What to do:
Lines holding the word "blind" are the ones to copy from the data below.

****************************************

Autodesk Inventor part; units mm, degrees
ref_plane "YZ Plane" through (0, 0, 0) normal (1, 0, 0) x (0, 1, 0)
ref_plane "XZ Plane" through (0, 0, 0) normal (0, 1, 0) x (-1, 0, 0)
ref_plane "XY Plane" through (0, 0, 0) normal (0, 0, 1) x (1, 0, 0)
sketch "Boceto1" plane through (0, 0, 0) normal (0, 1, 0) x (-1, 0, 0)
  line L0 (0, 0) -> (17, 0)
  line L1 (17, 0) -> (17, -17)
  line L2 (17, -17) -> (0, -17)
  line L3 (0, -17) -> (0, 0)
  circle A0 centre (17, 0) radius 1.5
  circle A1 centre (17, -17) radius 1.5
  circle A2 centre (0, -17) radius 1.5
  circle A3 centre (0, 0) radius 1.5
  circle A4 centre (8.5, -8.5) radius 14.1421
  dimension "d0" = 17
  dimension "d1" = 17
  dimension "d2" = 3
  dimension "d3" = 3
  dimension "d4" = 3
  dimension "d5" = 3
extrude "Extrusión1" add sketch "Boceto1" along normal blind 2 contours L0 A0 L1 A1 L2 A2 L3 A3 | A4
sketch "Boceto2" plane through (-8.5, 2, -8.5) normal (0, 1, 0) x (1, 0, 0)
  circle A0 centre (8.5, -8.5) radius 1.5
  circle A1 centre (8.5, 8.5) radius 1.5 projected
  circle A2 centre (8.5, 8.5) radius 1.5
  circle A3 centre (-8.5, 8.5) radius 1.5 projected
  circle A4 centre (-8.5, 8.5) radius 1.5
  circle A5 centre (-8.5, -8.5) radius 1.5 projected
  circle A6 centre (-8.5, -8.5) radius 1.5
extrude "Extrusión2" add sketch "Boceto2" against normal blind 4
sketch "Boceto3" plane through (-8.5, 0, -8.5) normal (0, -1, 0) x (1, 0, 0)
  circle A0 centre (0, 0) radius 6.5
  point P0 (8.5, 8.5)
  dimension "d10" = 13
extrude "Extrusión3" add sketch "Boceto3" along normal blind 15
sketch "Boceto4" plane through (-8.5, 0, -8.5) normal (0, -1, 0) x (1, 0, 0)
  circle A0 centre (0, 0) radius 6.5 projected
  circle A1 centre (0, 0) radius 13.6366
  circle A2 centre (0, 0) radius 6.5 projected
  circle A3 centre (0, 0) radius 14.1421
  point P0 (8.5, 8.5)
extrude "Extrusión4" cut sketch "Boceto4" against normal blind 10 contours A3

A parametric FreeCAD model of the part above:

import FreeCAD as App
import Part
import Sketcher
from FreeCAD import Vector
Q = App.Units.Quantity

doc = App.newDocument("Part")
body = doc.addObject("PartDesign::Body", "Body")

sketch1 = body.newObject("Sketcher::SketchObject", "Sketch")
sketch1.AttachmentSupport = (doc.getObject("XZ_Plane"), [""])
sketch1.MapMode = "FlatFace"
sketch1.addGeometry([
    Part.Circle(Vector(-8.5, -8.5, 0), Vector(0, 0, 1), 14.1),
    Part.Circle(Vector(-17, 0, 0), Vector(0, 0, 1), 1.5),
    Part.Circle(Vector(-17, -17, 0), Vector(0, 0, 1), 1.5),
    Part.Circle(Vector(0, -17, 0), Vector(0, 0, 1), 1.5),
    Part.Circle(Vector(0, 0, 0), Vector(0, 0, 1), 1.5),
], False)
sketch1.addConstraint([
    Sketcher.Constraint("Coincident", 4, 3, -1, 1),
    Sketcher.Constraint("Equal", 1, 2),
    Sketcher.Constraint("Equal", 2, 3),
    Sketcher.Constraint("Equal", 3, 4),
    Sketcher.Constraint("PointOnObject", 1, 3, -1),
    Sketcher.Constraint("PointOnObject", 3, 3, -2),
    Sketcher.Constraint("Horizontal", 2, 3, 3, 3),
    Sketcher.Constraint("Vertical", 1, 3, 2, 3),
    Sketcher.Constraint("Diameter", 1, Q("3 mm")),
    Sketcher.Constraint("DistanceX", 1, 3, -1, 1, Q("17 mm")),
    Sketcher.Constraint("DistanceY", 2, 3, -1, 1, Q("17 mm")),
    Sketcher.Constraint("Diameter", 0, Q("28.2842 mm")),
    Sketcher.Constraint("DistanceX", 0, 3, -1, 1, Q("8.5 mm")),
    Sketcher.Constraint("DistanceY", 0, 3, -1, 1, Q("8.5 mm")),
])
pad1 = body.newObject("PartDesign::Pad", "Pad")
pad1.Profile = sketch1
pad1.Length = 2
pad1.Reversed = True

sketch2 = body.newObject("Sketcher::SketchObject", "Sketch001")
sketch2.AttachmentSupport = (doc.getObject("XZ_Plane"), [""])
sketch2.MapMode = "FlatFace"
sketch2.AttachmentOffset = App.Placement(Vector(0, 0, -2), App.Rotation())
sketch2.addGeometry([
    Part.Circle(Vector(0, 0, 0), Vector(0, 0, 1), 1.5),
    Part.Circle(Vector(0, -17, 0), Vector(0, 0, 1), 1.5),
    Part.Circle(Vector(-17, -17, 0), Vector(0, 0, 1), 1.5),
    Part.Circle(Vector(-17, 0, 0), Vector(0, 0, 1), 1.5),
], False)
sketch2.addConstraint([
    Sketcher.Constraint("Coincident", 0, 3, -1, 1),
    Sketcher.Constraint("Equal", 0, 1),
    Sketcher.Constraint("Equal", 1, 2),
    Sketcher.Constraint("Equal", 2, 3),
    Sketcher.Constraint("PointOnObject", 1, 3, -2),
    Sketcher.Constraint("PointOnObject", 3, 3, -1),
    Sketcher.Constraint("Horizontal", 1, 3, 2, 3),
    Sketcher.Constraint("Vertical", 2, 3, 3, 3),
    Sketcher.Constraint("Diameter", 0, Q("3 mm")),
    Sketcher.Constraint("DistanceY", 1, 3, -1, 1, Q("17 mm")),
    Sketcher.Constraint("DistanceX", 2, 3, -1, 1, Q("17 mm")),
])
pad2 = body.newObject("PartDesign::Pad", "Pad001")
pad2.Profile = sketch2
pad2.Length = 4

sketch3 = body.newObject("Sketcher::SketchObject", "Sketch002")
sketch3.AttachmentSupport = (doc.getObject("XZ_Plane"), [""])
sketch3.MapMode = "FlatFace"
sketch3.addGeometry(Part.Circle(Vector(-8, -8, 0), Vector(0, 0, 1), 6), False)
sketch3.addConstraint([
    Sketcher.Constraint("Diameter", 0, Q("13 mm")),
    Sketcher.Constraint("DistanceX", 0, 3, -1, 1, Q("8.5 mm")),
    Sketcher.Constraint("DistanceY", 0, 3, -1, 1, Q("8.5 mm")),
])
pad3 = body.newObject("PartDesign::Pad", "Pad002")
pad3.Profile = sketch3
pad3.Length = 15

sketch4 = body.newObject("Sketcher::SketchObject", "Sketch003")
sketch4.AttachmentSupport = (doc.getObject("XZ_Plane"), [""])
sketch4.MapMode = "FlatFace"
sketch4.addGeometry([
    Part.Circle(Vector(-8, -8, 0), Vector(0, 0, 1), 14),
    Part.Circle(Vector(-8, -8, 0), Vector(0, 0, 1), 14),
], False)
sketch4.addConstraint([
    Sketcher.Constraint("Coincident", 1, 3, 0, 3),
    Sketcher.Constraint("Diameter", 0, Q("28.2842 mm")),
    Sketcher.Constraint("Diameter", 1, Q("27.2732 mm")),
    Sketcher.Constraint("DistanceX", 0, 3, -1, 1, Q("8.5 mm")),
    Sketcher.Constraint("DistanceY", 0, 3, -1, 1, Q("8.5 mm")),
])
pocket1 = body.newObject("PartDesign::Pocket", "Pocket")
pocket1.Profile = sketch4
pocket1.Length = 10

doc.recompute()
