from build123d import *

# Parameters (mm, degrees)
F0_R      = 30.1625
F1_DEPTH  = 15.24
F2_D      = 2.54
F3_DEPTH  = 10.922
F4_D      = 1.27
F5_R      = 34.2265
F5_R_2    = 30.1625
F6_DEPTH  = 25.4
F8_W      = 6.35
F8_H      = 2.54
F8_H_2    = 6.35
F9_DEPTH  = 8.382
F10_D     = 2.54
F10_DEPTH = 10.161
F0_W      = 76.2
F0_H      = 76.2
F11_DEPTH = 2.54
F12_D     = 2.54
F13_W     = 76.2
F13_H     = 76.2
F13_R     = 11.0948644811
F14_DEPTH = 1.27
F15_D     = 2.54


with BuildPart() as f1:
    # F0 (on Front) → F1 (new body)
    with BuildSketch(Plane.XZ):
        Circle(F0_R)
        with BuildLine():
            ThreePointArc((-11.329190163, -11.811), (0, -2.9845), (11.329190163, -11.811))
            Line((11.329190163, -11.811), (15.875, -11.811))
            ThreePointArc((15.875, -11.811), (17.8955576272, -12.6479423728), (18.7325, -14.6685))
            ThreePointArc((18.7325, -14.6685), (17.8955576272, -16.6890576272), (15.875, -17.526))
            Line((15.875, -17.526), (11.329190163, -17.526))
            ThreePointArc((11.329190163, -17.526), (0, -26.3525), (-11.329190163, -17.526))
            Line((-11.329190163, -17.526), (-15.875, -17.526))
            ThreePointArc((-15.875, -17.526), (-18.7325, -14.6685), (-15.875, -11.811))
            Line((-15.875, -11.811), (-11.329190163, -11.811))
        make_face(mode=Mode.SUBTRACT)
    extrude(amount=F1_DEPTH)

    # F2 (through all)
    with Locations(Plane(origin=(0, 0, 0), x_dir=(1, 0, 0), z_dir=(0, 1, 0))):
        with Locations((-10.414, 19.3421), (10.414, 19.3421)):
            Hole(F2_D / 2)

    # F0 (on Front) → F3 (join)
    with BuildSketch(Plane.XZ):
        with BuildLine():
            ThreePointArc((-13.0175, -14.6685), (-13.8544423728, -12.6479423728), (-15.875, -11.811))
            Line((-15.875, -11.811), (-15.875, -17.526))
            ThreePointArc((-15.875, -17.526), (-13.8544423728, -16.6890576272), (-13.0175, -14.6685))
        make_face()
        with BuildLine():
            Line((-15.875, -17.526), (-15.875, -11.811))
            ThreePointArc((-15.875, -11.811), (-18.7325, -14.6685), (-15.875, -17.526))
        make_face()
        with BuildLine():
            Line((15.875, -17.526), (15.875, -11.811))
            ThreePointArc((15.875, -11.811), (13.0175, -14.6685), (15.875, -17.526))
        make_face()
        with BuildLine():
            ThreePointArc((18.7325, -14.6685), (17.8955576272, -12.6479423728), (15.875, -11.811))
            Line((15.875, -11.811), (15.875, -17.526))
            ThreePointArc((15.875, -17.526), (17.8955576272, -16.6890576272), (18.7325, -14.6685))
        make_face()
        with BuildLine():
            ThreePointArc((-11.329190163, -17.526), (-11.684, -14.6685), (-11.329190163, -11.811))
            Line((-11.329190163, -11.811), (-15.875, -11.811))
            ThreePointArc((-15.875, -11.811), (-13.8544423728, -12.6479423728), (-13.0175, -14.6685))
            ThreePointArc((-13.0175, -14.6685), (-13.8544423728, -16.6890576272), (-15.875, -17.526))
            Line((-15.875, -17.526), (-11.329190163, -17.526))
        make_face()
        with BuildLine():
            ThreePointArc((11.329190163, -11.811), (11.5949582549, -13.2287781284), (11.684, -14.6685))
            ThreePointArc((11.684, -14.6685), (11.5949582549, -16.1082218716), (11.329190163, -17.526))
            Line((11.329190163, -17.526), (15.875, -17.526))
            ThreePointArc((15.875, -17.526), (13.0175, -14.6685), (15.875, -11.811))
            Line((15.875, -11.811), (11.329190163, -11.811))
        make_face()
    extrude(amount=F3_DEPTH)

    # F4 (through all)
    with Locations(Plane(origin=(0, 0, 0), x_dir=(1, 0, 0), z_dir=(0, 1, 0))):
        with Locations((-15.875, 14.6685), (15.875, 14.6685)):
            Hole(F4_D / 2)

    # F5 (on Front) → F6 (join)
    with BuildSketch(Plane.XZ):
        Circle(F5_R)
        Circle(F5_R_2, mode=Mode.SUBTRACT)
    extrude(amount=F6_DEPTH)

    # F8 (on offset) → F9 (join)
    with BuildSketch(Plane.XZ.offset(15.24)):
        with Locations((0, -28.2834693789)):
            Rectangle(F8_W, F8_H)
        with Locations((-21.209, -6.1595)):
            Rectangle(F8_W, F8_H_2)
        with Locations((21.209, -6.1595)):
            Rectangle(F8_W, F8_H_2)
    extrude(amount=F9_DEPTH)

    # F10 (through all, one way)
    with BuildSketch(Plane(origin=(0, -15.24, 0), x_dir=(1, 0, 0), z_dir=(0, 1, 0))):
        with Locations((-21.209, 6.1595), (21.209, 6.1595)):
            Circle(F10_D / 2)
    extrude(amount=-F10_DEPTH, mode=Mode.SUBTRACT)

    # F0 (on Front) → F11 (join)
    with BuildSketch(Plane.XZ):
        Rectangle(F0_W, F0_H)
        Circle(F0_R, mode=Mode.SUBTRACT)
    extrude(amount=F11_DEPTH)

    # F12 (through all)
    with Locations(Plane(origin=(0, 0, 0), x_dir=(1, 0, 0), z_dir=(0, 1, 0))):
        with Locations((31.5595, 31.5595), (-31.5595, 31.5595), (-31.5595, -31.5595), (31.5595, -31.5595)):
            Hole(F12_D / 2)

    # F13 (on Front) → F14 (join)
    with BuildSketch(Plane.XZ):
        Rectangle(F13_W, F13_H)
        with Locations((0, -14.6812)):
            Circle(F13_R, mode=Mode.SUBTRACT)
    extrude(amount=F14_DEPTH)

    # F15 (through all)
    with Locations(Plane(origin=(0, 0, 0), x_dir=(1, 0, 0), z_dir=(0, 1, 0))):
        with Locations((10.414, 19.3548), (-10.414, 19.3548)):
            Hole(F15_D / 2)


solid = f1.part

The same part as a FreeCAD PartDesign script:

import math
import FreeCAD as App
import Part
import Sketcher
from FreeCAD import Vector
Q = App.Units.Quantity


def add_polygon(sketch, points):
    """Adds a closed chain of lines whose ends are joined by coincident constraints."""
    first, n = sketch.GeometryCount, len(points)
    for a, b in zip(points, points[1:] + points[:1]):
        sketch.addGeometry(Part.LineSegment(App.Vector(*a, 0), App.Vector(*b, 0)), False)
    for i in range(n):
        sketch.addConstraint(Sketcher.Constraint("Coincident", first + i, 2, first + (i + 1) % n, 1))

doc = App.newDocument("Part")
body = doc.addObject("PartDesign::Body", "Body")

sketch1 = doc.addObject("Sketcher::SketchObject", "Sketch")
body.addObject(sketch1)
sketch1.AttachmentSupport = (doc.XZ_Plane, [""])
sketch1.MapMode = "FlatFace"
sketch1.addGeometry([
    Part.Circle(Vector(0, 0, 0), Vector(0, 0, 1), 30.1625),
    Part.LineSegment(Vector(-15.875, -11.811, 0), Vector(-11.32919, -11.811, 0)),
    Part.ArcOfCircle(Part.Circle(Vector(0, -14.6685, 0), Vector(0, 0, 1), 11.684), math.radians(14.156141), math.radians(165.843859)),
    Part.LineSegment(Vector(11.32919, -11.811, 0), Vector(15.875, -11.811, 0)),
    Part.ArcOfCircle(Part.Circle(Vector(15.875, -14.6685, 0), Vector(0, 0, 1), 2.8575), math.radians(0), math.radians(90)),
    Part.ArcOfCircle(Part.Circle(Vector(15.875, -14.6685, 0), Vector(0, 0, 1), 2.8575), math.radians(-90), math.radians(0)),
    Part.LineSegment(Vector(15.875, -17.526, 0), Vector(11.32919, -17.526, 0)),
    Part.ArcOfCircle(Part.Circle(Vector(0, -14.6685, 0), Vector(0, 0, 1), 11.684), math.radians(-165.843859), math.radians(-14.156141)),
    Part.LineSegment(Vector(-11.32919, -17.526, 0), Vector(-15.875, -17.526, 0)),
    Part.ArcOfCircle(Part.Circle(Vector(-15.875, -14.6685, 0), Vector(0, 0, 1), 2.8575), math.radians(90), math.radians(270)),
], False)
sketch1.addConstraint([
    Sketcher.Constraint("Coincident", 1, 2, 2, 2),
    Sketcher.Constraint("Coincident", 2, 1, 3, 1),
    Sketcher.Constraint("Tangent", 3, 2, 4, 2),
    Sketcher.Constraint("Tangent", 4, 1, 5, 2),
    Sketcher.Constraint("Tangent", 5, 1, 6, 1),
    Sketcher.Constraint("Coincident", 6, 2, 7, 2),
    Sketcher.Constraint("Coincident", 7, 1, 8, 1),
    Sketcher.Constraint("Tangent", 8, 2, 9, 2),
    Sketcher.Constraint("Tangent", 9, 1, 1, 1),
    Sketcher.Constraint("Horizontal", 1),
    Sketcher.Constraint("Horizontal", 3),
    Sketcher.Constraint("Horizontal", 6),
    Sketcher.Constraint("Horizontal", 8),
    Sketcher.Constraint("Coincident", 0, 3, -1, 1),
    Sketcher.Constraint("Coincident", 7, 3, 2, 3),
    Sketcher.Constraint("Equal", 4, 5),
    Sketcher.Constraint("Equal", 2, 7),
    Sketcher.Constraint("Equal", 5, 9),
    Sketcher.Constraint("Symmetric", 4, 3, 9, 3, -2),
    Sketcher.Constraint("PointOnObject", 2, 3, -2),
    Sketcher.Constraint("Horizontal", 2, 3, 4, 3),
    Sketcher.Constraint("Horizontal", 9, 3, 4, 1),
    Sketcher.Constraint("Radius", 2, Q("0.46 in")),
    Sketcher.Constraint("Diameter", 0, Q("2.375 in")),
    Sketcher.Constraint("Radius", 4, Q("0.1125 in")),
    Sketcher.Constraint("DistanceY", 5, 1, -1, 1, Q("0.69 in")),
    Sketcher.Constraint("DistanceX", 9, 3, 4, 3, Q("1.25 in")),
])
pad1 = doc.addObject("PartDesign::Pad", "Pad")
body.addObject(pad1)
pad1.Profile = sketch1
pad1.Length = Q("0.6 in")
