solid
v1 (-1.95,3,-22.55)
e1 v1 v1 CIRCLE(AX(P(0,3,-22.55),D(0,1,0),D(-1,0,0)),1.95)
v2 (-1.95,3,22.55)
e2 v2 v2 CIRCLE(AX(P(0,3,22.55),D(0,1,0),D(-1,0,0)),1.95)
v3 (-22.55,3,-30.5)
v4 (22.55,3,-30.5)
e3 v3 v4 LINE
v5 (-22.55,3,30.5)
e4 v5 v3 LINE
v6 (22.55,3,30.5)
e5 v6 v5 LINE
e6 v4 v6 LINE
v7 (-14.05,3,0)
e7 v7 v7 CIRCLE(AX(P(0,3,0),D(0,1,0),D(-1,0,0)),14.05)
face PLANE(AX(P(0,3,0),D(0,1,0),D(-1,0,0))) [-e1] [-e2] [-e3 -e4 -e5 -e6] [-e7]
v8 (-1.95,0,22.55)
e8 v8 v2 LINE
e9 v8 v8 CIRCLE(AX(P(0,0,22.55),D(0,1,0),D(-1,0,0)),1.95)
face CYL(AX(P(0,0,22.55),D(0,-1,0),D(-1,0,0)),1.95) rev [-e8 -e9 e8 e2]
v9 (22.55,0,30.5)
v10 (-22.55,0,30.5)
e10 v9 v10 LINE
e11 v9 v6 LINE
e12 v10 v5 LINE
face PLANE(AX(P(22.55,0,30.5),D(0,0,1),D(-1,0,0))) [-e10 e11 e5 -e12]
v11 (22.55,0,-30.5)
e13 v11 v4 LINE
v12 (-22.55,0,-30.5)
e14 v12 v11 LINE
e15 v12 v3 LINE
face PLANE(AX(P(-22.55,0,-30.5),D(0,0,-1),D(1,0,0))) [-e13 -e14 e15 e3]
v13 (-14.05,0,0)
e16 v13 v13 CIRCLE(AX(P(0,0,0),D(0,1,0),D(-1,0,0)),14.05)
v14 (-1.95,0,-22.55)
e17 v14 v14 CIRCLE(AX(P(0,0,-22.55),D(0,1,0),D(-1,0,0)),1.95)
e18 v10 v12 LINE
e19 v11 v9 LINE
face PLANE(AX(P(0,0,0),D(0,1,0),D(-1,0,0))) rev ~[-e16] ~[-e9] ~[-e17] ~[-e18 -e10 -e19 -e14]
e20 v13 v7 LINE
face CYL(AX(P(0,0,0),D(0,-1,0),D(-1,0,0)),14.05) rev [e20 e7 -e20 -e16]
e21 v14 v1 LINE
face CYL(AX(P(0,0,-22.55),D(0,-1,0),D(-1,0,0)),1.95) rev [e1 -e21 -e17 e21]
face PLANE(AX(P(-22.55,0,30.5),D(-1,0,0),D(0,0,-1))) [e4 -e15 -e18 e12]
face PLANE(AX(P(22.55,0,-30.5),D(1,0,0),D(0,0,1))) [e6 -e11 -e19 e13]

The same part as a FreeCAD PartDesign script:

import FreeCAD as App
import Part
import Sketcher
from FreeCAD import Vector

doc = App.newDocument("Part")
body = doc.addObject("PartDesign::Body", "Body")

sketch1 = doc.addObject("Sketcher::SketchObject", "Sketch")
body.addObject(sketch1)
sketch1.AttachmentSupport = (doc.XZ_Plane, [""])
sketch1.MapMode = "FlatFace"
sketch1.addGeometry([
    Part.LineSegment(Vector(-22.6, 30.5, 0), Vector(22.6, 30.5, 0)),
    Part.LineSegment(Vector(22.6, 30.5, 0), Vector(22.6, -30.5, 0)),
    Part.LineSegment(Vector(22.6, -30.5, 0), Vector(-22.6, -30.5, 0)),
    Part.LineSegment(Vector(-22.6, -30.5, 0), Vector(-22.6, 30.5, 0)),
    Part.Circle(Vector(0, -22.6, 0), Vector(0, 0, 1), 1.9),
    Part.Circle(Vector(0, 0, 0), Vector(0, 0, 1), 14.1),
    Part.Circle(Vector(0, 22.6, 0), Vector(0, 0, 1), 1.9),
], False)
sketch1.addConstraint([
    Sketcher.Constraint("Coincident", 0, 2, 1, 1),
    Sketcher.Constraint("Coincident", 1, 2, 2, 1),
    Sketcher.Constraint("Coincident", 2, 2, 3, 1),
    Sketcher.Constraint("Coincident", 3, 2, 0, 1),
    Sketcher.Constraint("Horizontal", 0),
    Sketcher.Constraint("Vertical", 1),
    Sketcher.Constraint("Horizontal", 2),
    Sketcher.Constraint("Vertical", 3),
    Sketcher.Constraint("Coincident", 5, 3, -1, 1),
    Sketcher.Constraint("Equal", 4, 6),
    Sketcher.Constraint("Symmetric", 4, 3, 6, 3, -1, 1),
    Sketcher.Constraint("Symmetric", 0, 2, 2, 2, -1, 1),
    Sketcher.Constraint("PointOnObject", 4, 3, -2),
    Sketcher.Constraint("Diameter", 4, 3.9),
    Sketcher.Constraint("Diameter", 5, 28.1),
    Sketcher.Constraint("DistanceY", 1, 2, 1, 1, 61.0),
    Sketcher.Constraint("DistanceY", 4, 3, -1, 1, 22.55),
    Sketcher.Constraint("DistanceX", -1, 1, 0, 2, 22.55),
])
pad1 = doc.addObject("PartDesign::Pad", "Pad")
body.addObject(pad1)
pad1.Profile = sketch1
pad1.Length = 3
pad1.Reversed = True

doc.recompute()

****************************************

Result of the exercise:
extrude "Extrusión1" add sketch "Boceto1" along normal blind 2 contours L0 A0 L1 A1 L2 A2 L3 A3 | A4
extrude "Extrusión2" add sketch "Boceto2" against normal blind 4
extrude "Extrusión3" add sketch "Boceto3" along normal blind 15
extrude "Extrusión4" cut sketch "Boceto4" against normal blind 10 contours A3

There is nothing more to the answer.